投資に関する読み物として気軽に読んで頂ければと思います。
監査とは
デジタル大辞泉によると「監査」という言葉は監督・検査という一般的な意味を持つ一方、会計監査・業務監査という特定のサービスを意味することがあります。
投資の世界で監査というと後者の会計監査の意味合いが強く、今日はこの会計監査についてご紹介します(以下、監査というと会計監査のことをいいます)。
1 監督し検査すること。
2 特に会計監査・業務監査のこと。
「監査」の意味や使い方 わかりやすく解説 Weblio辞書
監査の必要性
監査はなぜ必要なのでしょうか。
上場企業は銀行や株主から資金調達することにより事業を行っていますが、銀行や株主は融資・投資の判断をする上で会社の業績を決算書で確かめます。
この決算書は会社が自ら作成したものであり、それが本当に正しいかは銀行や株主には分かりません。
そこで、決算書を、第三者である監査法人(会計監査の専門家である公認会計士が所属する会社)が監査をすることにより、決算書を一定水準で保証しています。
この仕組みにより私たち投資家は安心して株式の取引ができることになります。

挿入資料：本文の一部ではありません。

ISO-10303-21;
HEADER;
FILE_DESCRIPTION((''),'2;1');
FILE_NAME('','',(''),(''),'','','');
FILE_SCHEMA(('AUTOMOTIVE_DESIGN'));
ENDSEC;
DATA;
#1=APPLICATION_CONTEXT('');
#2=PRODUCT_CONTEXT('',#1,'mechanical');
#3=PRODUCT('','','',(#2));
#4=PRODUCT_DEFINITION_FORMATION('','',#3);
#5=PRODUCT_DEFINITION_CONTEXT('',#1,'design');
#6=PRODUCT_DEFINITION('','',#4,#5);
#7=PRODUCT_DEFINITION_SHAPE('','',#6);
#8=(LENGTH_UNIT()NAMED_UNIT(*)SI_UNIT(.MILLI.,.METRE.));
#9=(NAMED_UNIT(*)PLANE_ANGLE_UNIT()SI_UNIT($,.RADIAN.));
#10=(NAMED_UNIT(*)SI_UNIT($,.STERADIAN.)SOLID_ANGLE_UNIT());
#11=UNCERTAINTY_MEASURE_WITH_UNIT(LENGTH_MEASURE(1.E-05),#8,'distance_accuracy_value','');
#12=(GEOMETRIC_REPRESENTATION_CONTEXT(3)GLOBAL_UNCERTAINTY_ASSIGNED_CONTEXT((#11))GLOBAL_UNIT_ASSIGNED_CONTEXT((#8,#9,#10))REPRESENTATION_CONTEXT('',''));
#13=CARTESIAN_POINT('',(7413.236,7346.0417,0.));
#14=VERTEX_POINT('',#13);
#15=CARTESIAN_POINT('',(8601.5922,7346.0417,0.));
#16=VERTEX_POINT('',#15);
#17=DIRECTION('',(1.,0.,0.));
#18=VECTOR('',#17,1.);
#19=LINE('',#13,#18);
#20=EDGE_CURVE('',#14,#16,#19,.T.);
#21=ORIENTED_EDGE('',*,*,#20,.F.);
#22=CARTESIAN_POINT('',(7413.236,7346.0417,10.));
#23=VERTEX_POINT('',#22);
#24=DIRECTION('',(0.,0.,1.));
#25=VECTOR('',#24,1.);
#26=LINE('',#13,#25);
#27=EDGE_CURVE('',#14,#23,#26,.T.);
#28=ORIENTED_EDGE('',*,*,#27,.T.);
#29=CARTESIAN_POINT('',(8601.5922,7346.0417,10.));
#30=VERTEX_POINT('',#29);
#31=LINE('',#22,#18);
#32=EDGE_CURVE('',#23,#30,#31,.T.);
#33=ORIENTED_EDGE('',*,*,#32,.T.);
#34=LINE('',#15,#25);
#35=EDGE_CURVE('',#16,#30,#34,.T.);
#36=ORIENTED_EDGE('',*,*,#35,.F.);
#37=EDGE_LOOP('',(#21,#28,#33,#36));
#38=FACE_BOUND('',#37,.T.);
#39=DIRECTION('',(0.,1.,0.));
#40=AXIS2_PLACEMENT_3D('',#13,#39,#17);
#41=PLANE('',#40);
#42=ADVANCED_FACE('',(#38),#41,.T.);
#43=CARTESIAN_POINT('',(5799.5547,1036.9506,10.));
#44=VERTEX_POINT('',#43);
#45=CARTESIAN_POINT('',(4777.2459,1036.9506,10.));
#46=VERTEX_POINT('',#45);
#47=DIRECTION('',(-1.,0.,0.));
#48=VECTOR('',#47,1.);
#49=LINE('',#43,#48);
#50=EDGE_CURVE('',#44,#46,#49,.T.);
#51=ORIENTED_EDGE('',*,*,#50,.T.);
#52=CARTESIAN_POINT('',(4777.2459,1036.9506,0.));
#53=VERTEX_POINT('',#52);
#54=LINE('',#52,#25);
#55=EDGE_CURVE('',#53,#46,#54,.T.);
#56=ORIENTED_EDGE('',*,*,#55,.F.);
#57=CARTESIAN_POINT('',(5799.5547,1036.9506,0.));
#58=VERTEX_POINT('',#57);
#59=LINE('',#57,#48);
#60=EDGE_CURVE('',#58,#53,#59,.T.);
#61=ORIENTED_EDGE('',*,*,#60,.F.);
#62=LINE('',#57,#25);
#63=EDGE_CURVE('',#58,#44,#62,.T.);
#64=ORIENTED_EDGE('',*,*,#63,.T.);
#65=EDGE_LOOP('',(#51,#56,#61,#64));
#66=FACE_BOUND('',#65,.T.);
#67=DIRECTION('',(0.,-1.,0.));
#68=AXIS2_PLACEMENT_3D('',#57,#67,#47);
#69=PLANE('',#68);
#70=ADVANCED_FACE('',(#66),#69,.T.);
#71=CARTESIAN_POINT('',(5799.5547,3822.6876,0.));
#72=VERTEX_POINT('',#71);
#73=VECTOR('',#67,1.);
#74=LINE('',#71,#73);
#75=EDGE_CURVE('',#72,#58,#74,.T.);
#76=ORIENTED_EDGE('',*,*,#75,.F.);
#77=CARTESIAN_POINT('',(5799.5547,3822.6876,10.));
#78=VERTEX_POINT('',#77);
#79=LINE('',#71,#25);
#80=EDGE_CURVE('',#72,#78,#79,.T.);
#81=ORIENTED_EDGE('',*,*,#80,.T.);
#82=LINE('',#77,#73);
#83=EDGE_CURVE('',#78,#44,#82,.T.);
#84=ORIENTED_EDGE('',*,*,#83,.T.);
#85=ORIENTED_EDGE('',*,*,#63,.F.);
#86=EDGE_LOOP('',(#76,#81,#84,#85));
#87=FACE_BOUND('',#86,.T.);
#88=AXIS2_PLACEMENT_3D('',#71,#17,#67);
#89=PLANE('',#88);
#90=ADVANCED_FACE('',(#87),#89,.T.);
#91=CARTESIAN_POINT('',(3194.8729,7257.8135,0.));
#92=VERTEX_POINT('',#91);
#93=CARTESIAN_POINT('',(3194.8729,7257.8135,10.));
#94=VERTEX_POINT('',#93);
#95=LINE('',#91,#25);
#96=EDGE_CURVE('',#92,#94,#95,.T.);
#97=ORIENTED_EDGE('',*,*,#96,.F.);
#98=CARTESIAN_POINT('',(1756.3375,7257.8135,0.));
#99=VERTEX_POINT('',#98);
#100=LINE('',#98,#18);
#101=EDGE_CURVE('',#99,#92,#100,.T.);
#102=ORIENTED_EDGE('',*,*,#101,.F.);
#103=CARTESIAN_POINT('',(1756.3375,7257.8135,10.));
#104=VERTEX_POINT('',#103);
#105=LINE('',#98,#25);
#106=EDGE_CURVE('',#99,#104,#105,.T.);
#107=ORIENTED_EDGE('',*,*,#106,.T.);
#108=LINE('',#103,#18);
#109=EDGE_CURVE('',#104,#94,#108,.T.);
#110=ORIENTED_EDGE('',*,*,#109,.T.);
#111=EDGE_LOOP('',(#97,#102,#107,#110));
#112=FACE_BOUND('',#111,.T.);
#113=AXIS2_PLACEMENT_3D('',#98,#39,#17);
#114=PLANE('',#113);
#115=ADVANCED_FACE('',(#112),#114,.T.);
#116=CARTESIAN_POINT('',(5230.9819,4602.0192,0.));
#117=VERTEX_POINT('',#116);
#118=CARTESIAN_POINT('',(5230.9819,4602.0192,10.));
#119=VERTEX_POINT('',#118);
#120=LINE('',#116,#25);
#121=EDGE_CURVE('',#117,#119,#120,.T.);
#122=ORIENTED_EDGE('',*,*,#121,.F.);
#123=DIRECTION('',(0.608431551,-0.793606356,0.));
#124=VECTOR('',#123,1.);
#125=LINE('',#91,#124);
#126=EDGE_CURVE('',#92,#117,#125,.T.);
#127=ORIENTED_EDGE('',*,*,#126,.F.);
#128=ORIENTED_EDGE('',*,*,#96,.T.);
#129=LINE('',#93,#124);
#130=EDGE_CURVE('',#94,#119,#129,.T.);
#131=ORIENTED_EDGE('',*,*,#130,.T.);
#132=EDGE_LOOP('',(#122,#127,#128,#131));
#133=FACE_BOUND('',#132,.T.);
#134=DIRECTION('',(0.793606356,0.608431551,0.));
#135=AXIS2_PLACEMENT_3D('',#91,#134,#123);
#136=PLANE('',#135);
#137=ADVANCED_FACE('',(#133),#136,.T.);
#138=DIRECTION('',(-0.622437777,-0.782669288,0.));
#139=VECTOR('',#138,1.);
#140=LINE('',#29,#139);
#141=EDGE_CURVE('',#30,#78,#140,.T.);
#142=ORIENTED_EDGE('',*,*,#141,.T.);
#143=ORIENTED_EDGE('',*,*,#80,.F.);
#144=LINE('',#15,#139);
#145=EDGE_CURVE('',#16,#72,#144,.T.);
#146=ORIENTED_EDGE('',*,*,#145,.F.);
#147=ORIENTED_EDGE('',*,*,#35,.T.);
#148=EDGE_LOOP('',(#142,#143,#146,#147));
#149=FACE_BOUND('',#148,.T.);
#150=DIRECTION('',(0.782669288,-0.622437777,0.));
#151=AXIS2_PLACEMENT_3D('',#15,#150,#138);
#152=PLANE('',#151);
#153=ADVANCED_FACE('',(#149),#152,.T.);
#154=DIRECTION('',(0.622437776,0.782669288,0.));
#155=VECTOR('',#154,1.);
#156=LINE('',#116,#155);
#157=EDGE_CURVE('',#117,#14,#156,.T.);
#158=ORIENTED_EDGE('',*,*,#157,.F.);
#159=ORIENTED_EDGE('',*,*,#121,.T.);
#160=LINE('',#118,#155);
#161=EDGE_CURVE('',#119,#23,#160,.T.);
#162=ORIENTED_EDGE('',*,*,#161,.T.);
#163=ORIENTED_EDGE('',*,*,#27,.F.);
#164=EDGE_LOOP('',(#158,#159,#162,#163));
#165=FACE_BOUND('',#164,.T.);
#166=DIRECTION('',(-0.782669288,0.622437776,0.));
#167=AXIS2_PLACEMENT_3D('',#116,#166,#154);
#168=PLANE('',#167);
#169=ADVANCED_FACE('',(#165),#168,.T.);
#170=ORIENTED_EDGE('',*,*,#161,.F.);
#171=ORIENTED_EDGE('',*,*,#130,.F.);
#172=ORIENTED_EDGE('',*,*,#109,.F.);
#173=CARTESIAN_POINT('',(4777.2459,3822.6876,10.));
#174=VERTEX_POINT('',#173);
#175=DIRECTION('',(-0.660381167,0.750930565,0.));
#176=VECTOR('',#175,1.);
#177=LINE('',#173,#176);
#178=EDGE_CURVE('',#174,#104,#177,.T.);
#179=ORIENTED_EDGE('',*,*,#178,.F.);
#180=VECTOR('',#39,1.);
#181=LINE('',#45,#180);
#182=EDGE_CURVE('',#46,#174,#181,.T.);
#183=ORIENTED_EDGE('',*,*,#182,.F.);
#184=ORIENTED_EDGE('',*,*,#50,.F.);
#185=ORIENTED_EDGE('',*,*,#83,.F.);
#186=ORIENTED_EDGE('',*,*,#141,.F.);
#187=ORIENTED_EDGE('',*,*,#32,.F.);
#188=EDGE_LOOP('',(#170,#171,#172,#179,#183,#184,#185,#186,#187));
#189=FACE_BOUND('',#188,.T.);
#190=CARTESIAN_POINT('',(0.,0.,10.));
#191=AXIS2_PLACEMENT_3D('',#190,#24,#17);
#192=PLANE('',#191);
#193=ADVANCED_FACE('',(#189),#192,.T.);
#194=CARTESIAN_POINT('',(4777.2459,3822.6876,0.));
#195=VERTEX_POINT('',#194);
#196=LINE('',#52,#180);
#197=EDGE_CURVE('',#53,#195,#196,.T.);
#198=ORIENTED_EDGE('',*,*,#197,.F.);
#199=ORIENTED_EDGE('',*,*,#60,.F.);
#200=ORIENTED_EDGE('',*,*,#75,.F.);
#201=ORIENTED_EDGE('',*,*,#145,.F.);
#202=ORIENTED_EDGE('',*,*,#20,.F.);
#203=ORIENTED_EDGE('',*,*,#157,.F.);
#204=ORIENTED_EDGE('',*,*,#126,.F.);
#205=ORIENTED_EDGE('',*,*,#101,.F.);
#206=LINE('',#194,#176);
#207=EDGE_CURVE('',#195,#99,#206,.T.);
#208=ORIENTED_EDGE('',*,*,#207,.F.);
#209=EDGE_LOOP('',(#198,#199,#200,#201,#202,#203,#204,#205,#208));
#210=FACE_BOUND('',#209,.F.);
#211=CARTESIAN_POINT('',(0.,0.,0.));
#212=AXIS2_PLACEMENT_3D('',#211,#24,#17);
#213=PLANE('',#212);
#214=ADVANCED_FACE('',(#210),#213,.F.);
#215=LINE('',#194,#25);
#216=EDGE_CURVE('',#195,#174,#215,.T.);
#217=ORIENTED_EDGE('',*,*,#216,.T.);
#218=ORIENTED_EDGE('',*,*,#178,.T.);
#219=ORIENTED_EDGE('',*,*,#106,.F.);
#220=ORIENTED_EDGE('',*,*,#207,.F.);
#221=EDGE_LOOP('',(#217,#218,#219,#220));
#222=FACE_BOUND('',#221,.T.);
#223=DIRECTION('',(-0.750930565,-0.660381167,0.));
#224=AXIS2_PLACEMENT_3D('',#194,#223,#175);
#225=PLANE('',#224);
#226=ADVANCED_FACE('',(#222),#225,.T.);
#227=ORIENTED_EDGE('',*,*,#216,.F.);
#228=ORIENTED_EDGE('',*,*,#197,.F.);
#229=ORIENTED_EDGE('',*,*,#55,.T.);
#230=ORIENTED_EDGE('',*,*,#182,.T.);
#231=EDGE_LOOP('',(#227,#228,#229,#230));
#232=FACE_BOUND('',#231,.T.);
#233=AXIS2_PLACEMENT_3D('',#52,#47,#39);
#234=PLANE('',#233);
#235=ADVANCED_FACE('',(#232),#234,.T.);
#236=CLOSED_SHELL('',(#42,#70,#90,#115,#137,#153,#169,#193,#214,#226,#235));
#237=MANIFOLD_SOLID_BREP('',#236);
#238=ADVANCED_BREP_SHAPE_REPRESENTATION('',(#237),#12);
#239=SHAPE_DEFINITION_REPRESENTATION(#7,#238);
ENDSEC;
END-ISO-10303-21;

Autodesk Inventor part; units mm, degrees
ref_plane "YZ Plane" through (0, 0, 0) normal (1, 0, 0) x (0, 1, 0)
ref_plane "XZ Plane" through (0, 0, 0) normal (0, 1, 0) x (-1, 0, 0)
ref_plane "XY Plane" through (0, 0, 0) normal (0, 0, 1) x (1, 0, 0)
sketch "Sketch1" plane through (0, 0, 0) normal (0, 0, 1) x (1, 0, 0)
  line L0 (1756.3375, 7257.8135) -> (3194.8729, 7257.8135)
  line L1 (3194.8729, 7257.8135) -> (5230.9819, 4602.0192)
  line L2 (5230.9819, 4602.0192) -> (7413.236, 7346.0417)
  line L3 (7413.236, 7346.0417) -> (8601.5922, 7346.0417)
  line L4 (8601.5922, 7346.0417) -> (5799.5547, 3822.6876)
  line L5 (5799.5547, 3822.6876) -> (5799.5547, 1036.9506)
  line L6 (5799.5547, 1036.9506) -> (4777.2459, 1036.9506)
  line L7 (4777.2459, 1036.9506) -> (4777.2459, 3822.6876)
  line L8 (4777.2459, 3822.6876) -> (1756.3375, 7257.8135)
  point P0 (0, 0)
extrude "Extrusion1" add sketch "Sketch1" along normal blind 10
properties part number "Y"
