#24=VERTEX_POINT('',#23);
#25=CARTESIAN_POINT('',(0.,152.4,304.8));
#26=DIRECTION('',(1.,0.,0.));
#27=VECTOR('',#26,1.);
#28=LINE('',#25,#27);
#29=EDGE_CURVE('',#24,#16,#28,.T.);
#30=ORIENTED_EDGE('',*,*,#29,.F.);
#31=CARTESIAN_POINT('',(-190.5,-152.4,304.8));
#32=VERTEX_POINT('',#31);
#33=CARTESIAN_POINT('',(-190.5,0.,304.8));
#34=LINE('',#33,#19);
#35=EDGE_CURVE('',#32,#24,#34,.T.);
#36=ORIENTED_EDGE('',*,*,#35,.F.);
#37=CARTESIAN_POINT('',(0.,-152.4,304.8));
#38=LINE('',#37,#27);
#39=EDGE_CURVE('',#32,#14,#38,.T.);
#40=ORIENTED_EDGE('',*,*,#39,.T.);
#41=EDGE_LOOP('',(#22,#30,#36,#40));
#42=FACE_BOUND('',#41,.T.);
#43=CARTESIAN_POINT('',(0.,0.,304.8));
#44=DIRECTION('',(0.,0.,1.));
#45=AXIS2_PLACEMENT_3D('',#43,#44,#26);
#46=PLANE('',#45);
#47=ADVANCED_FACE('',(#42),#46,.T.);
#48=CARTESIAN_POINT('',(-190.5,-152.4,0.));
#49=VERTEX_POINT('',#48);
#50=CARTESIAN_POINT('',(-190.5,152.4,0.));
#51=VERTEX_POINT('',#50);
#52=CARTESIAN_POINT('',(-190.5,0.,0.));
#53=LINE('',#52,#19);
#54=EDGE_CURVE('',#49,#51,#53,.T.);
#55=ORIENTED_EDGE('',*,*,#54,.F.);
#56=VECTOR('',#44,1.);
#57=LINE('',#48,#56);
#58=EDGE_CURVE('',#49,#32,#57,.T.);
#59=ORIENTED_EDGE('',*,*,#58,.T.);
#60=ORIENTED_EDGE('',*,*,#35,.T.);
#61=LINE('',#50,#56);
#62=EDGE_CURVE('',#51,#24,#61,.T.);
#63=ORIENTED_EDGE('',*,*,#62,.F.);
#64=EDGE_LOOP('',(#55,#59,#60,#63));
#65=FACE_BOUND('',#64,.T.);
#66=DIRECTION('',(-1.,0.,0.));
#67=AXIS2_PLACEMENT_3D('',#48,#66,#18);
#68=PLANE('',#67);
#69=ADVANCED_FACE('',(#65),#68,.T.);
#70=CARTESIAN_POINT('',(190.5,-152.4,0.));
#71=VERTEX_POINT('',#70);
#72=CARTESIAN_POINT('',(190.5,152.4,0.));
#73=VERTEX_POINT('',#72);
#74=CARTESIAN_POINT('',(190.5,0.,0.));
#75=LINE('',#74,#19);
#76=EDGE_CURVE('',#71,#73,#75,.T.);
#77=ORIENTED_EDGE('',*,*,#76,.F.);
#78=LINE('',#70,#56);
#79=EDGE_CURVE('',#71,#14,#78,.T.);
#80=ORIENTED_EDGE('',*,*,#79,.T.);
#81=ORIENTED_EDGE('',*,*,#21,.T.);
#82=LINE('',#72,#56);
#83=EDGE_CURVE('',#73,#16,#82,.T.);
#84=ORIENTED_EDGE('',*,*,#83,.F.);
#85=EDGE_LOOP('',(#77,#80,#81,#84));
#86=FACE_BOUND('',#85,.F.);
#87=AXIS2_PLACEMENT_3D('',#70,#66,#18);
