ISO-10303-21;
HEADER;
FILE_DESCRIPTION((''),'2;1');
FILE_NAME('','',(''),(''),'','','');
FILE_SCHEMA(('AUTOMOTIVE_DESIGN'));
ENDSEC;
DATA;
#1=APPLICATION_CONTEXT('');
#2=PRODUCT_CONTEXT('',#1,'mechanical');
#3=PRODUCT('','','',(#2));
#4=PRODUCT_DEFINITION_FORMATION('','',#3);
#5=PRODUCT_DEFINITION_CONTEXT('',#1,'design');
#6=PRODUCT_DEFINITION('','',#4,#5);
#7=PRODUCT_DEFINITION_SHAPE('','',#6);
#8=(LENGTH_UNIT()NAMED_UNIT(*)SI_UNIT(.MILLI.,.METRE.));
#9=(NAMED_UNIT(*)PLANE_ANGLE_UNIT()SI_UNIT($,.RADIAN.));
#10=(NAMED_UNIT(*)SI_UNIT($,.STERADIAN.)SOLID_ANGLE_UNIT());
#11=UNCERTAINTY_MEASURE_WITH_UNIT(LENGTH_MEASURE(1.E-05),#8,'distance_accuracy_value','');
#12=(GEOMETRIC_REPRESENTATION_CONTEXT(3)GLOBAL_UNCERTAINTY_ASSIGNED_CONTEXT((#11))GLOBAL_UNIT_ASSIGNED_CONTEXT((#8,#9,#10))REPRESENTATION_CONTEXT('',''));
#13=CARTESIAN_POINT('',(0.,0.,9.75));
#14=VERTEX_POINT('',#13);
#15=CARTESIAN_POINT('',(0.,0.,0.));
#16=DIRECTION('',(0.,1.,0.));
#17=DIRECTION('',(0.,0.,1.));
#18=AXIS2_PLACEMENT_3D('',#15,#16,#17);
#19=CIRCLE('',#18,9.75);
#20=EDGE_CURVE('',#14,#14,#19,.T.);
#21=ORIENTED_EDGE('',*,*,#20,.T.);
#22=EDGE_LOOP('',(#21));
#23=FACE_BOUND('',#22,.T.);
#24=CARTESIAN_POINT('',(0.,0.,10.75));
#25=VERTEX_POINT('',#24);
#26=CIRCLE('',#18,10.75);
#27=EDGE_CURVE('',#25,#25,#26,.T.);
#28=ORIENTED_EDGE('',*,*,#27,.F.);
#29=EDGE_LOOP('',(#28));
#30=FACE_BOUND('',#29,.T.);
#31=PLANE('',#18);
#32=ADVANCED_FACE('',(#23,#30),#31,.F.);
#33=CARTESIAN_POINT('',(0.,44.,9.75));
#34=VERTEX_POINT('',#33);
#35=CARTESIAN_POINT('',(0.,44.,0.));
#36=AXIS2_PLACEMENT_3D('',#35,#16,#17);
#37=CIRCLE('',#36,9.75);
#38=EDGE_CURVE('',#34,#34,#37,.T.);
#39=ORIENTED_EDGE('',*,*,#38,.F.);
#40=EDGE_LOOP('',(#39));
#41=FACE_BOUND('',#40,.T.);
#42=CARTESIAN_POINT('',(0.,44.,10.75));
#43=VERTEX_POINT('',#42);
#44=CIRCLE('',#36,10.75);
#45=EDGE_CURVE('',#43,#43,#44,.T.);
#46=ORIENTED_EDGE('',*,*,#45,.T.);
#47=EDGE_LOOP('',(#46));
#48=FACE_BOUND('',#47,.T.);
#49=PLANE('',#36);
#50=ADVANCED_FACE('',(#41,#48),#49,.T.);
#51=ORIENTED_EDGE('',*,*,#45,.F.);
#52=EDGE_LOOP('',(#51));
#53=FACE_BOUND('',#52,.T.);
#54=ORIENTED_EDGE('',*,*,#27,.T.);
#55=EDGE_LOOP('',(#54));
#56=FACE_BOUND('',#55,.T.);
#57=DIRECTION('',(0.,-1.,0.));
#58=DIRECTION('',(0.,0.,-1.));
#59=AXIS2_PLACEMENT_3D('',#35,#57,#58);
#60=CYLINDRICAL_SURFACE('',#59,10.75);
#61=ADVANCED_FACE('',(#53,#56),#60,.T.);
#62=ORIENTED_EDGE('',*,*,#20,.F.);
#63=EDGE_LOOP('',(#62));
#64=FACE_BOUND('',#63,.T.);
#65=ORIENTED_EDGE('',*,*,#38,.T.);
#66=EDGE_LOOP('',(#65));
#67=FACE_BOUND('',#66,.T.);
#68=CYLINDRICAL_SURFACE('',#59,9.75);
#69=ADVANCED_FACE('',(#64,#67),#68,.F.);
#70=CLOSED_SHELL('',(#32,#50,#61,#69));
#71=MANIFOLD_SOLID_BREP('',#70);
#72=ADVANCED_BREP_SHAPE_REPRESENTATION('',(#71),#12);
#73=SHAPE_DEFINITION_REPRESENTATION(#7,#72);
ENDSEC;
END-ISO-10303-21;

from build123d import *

# Parameters (mm, degrees)
SKETCH1_R           = 10.75
SKETCH1_R_2         = 9.75
BOSS_EXTRUDE1_DEPTH = 44


with BuildPart() as part:
    # Sketch1 → Boss-Extrude1 (new body)
    with BuildSketch(Plane(origin=(0, 0, 0), x_dir=(1, 0, 0), z_dir=(0, 1, 0))):
        Circle(SKETCH1_R)
        Circle(SKETCH1_R_2, mode=Mode.SUBTRACT)
    extrude(amount=BOSS_EXTRUDE1_DEPTH)


solid = part.part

決算短信や有価証券報告書などの決算書を全く見ない投資家も多くいますが、四季報を見たり投資関連のニュースを無条件に信頼するのは決算書が正しいという前提があるからです。
監査はどのように行う?
個人投資家は監査の現場を知らないため監査がどのように行われているか気になるところでしょう。
監査は決算書の金額が正しいかを確かめるために、会社担当者への質問、取引先や銀行への質問、証拠書類との照合、公認会計士による数値の分析などにより行われます。
例えば、「売上」であれば販売時の契約書や出荷伝票、納品書などと照合したり、「仕入」であれば仕入先からの請求書などと照合したりすることにより「売上」や「仕入」の発生の事実や計上漏れがないことを確かめます。
また、「預金」や「借入金」であれば銀行へ確認書を送付してその回答から「預金」が実在していることや「借入金」の計上漏れがないことなどを確かめます。
他には「支払利息」であれば借入金の残高と利率から理論的な利息の額を算出して比較分析することなどが行われます。
会計不正はなぜ起こるか
監査があるのになぜ会計不正が起こるのでしょうか。
実は監査では会社の取引の全部ではなく一部についてのみサンプルでチェックをしています。その理由は、全ての取引をチェックすることはコストや人員・時間の関係から事実上不可能であり(今のIT環境では監査に天文学的な費用がかかることになります)、一部についてのみサンプルでチェックすることで統計学上十分な信頼が得られるためです。
そのため、監査は絶対的な保証ではなく、一定水準の保証となるのです。
私が会計士の受験生時代にある予備校の監査論の講師が監査についてこう例えていました。
「監査は味噌汁の味見と同じ。味見をするために鍋の味噌汁を全部飲む奴はいない」
これは非常に分かりやすい例えだと思います。
よく会計不正が起こるとテレビ番組で評論家などが「監査法人は何をしてたんだ」と言うことがあります。確かに監査法人の人員・時間などのリソース不足による品質低下の影響も否定できないと感じることもありますが、監査が一定水準の保証であることは一般的には理解されていないようです。
投資家としての心構え
先述の通り、監査は絶対的な保証ではなく一定水準の保証です。
かと言って株主が会社の帳簿にアクセスするハードルは非常に高いため、投資家が「この決算書は正しいのかな?」と考えることはナンセンスです。
投資家としては監査は絶対的な保証ではなく一定水準の保証であるということを頭の片隅に置いておけば十分でしょう。